Time to code! We need to get documents into a Vector Database. I always look for frameworks to help with some level of abstraction and dependency injection. I went through a number of frameworks/SDKs over a two week period.

• Memory Kernel - Was a great library, especially around being able to create embeddings around popular document types. However, it was obsoleted in favour of the next SDK
• Semantic Kernel - This was great in that dependency injection meant you could switch out LLMs and vector databases easily, however, some of the document processing was deprecated. Then development on the SDK was morphed beginning of October, for...
• Microsoft Agent Framework - This was a combination of the Semantic Kernel work and the Autogen project. Both have these have been brought together. I now use this SDK. It has capability for self hosted LLMs such Ollama and self hosted vector databases such as QDrant.

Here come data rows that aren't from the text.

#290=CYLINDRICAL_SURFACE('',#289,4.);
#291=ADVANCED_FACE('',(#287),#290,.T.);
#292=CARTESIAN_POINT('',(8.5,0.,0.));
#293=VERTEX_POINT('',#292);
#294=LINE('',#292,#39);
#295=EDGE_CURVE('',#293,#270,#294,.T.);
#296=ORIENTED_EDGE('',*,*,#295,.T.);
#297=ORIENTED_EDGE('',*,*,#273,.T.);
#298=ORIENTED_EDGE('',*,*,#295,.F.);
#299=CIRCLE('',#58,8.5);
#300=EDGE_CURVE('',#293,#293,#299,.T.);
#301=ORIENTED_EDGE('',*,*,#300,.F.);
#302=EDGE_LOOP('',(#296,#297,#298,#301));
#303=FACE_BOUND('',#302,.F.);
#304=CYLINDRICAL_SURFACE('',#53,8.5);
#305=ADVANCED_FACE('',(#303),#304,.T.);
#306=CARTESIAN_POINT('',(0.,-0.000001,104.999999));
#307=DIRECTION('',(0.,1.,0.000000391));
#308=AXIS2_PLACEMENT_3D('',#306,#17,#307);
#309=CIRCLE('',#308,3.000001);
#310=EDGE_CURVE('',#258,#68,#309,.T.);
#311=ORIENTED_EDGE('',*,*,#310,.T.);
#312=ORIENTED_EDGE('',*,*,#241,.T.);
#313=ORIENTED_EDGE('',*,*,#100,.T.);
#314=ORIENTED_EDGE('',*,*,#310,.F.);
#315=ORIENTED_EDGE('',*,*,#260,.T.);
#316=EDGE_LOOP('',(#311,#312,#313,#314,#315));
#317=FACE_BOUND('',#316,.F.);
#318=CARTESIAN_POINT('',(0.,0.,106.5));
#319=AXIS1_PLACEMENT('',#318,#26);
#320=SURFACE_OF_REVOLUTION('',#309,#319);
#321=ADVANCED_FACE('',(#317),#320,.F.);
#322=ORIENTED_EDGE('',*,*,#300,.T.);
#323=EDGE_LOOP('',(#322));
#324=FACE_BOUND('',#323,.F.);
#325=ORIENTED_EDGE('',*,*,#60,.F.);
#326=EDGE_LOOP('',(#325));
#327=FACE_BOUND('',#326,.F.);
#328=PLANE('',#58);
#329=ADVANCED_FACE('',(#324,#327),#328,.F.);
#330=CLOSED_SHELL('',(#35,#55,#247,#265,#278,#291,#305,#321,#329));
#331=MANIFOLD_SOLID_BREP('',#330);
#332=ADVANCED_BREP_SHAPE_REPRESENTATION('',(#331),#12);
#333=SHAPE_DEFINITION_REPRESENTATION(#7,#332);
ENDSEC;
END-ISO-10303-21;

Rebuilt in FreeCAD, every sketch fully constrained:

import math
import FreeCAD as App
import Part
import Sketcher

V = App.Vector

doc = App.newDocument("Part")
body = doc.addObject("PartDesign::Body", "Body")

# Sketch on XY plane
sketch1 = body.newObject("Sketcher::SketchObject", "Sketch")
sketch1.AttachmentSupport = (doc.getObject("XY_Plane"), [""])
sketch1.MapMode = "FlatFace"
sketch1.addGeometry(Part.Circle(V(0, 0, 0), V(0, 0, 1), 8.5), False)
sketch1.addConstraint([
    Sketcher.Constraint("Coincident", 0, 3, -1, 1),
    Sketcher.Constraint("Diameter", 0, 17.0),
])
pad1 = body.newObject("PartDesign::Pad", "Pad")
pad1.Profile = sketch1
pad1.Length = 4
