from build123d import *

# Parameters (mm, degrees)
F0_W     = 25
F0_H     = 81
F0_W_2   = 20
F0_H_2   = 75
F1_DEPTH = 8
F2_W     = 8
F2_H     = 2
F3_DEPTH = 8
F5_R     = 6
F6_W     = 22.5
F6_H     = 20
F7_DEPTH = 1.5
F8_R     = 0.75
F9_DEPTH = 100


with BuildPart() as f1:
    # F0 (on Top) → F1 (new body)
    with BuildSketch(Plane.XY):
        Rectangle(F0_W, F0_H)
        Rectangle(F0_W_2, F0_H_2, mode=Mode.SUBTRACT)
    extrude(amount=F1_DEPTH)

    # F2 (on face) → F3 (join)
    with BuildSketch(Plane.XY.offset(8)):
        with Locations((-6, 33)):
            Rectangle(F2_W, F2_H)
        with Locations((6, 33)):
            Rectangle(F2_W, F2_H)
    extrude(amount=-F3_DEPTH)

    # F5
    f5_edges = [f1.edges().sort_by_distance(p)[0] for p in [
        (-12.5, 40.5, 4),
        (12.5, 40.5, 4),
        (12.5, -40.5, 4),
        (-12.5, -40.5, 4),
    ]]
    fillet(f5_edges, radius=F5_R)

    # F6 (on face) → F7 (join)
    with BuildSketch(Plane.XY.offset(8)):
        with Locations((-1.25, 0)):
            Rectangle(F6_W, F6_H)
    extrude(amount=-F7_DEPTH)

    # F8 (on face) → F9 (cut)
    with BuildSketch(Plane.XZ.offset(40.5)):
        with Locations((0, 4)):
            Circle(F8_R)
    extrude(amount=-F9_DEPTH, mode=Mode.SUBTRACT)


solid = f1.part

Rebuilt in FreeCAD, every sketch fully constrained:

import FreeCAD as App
import Part
import Sketcher
from FreeCAD import Vector
Q = App.Units.Quantity


def edges_at(feature, points):
    """Names of the edges that pass closest to the given points."""
    edges = feature.Shape.Edges
    near = lambda p: min(range(len(edges)), key=lambda i: edges[i].distToShape(Part.Vertex(*p))[0])
    return sorted({f"Edge{near(p) + 1}" for p in points})


def add_polygon(sketch, points):
    """Adds a closed chain of lines whose ends are joined by coincident constraints."""
    first, n = sketch.GeometryCount, len(points)
    for a, b in zip(points, points[1:] + points[:1]):
        sketch.addGeometry(Part.LineSegment(App.Vector(*a, 0), App.Vector(*b, 0)), False)
    for i in range(n):
        sketch.addConstraint(Sketcher.Constraint("Coincident", first + i, 2, first + (i + 1) % n, 1))

doc = App.newDocument("Part")
body = doc.addObject("PartDesign::Body", "Body")

# Sketch on XY plane
sketch1 = body.newObject("Sketcher::SketchObject", "Sketch")
sketch1.AttachmentSupport = (doc.getObject("XY_Plane"), [""])
sketch1.MapMode = "FlatFace"
add_polygon(sketch1, [(-12, 40), (-12, -40), (12, -40), (12, 40)])  # lines 0-3
add_polygon(sketch1, [(10, -38), (-10, -38), (-10, 38), (10, 38)])  # lines 4-7
sketch1.addConstraint([
    Sketcher.Constraint("Vertical", 0),
    Sketcher.Constraint("Horizontal", 1),
    Sketcher.Constraint("Vertical", 2),
    Sketcher.Constraint("Horizontal", 3),
    Sketcher.Constraint("Horizontal", 4),
    Sketcher.Constraint("Vertical", 5),
    Sketcher.Constraint("Horizontal", 6),
    Sketcher.Constraint("Vertical", 7),
    Sketcher.Constraint("Symmetric", 0, 2, 2, 2, -1, 1),
    Sketcher.Constraint("Symmetric", 4, 2, 6, 2, -1, 1),
    Sketcher.Constraint("DistanceX", 1, 1, 1, 2, Q("25 mm")),
    Sketcher.Constraint("DistanceX", 4, 2, 4, 1, Q("20 mm")),
    Sketcher.Constraint("DistanceY", 0, 2, 0, 1, Q("81 mm")),
    Sketcher.Constraint("DistanceY", 5, 1, 5, 2, Q("75 mm")),
])
pad1 = body.newObject("PartDesign::Pad", "Pad")
pad1.Profile = sketch1
pad1.Length = 8

# Sketch on XY plane
sketch2 = body.newObject("Sketcher::SketchObject", "Sketch001")
sketch2.AttachmentSupport = (doc.getObject("XY_Plane"), [""])
sketch2.MapMode = "FlatFace"
sketch2.AttachmentOffset = App.Placement(Vector(0, 0, 8), App.Rotation())
add_polygon(sketch2, [(-10, 34), (-10, 32), (-2, 32), (-2, 34)])  # lines 0-3
add_polygon(sketch2, [(2, 34), (2, 32), (10, 32), (10, 34)])  # lines 4-7
sketch2.addConstraint([
    Sketcher.Constraint("Vertical", 0),
    Sketcher.Constraint("Horizontal", 1),
    Sketcher.Constraint("Vertical", 2),
    Sketcher.Constraint("Horizontal", 3),
    Sketcher.Constraint("Vertical", 4),
    Sketcher.Constraint("Horizontal", 5),
    Sketcher.Constraint("Vertical", 6),
    Sketcher.Constraint("Horizontal", 7),
    Sketcher.Constraint("Symmetric", 1, 2, 4, 2, -2),
    Sketcher.Constraint("Symmetric", 3, 2, 6, 2, -2),
    Sketcher.Constraint("DistanceX", 1, 1, 1, 2, Q("8 mm")),
    Sketcher.Constraint("DistanceY", 0, 2, 0, 1, Q("2 mm")),
    Sketcher.Constraint("DistanceX", 0, 2, -1, 1, Q("10 mm")),
    Sketcher.Constraint("DistanceY", -1, 1, 0, 2, Q("32 mm")),
])
pad2 = body.newObject("PartDesign::Pad", "Pad001")
pad2.Profile = sketch2
pad2.Length = 8
pad2.Reversed = True
doc.recompute()

fillet = body.newObject("PartDesign::Fillet", "Fillet")
fillet.Base = (pad2, edges_at(pad2, [
    (-12.5, 40.5, 4),
    (12.5, 40.5, 4),
    (12.5, -40.5, 4),
    (-12.5, -40.5, 4),
]))
fillet.Radius = 6

# Sketch on XY plane
sketch3 = body.newObject("Sketcher::SketchObject", "Sketch002")
sketch3.AttachmentSupport = (doc.getObject("XY_Plane"), [""])
sketch3.MapMode = "FlatFace"
sketch3.AttachmentOffset = App.Placement(Vector(0, 0, 8), App.Rotation())
add_polygon(sketch3, [(-12, 10), (-12, -10), (10, -10), (10, 10)])  # lines 0-3
sketch3.addConstraint([
    Sketcher.Constraint("Vertical", 0),
    Sketcher.Constraint("Horizontal", 1),
    Sketcher.Constraint("Vertical", 2),
    Sketcher.Constraint("Horizontal", 3),
    Sketcher.Constraint("DistanceY", 0, 2, 0, 1, Q("20 mm")),
    Sketcher.Constraint("DistanceX", 1, 1, 1, 2, Q("22.5 mm")),
    Sketcher.Constraint("DistanceY", 0, 2, -1, 1, Q("10 mm")),
    Sketcher.Constraint("DistanceX", -1, 1, 1, 2, Q("10 mm")),
])
pad3 = body.newObject("PartDesign::Pad", "Pad002")
pad3.Profile = sketch3
pad3.Length = 1.5
pad3.Reversed = True

# Sketch on XZ plane
sketch4 = body.newObject("Sketcher::SketchObject", "Sketch003")
sketch4.AttachmentSupport = (doc.getObject("XZ_Plane"), [""])
sketch4.MapMode = "FlatFace"
sketch4.AttachmentOffset = App.Placement(Vector(0, 0, 40.5), App.Rotation())
sketch4.addGeometry(Part.Circle(Vector(0, 4, 0), Vector(0, 0, 1), 0.8), False)
sketch4.addConstraint([
    Sketcher.Constraint("PointOnObject", 0, 3, -2),
    Sketcher.Constraint("Diameter", 0, Q("1.5 mm")),
    Sketcher.Constraint("DistanceY", -1, 1, 0, 3, Q("4 mm")),
])
pocket1 = body.newObject("PartDesign::Pocket", "Pocket")
pocket1.Profile = sketch4
pocket1.Length = 100

doc.recompute()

Coding in C# I've then constructed the code to watch a folder, and any file additions to that folder immediately get ingested, chunked up, embeddings created and stored. So, let's get back to the context window. If I asked an LLM

When did I work at Bloomberg?

It would have no clue because none of its training data includes this (at least I'm hoping not!). In the previous method I could prefix my CV question with the contents of my CV ;

2000-2003 worked at Organisation A, 2004-1010 worked at Company B, 2010-2022 Worked at Bloomberg. When did I work at Bloomberg?

But this costs more (input tokens) and takes longer. Now that I have a vector database, with my CV stored, what I can do now is;

Get the code to take the "When did I work at Bloomberg" prompt, create an embedding (vector) from it and then search the database for the closest matches? What's "close" mean though. Well during the comparison we use cosine distance/similarity which is a mathematical metric that measures how similar two vectors are by calculating the cosine of the angle between them. It's used to find vectors that are semantically related by comparing their directions, not their magnitudes. A score of 1 means the vectors are identical, 0 means they are unrelated, and -1 means they are opposite, and everything in between.

You can then choose the top one, two, three etc retrieve the text (chunk) associated with those results and then set the context window in the prompt before the query. In this over-simplified example, we'll probably end up with just the Bloomberg chunk, but imagine that there were 100 lengthy documents stored of all the domain knowledge for a company, and that you could easily query that dataset.

That's Retrieval-Augmented Generation (RAG) and we've covered prompts, LLMs, context windows, embeddings, cosine similarity, vector databases, chunking, tokens. I find this area of AI fascinating and would be curious to hear about any exciting areas you've seen it applied. In the financial services industry I could imagine use cases for invoices, contracts, licensing, usage, data sets, inventory.

and finally

Saying please and thank you to the LLM is costing someone money.

According to OpenAI CEO Sam Altman, expressing gratitude to or showing consideration for ChatGPT has cost the company “tens of millions of dollars.” He shared this in response to a user who pondered: “I wonder how much money OpenAI has lost in electricity costs from people saying ‘please’ and ‘thank you’ to their models.”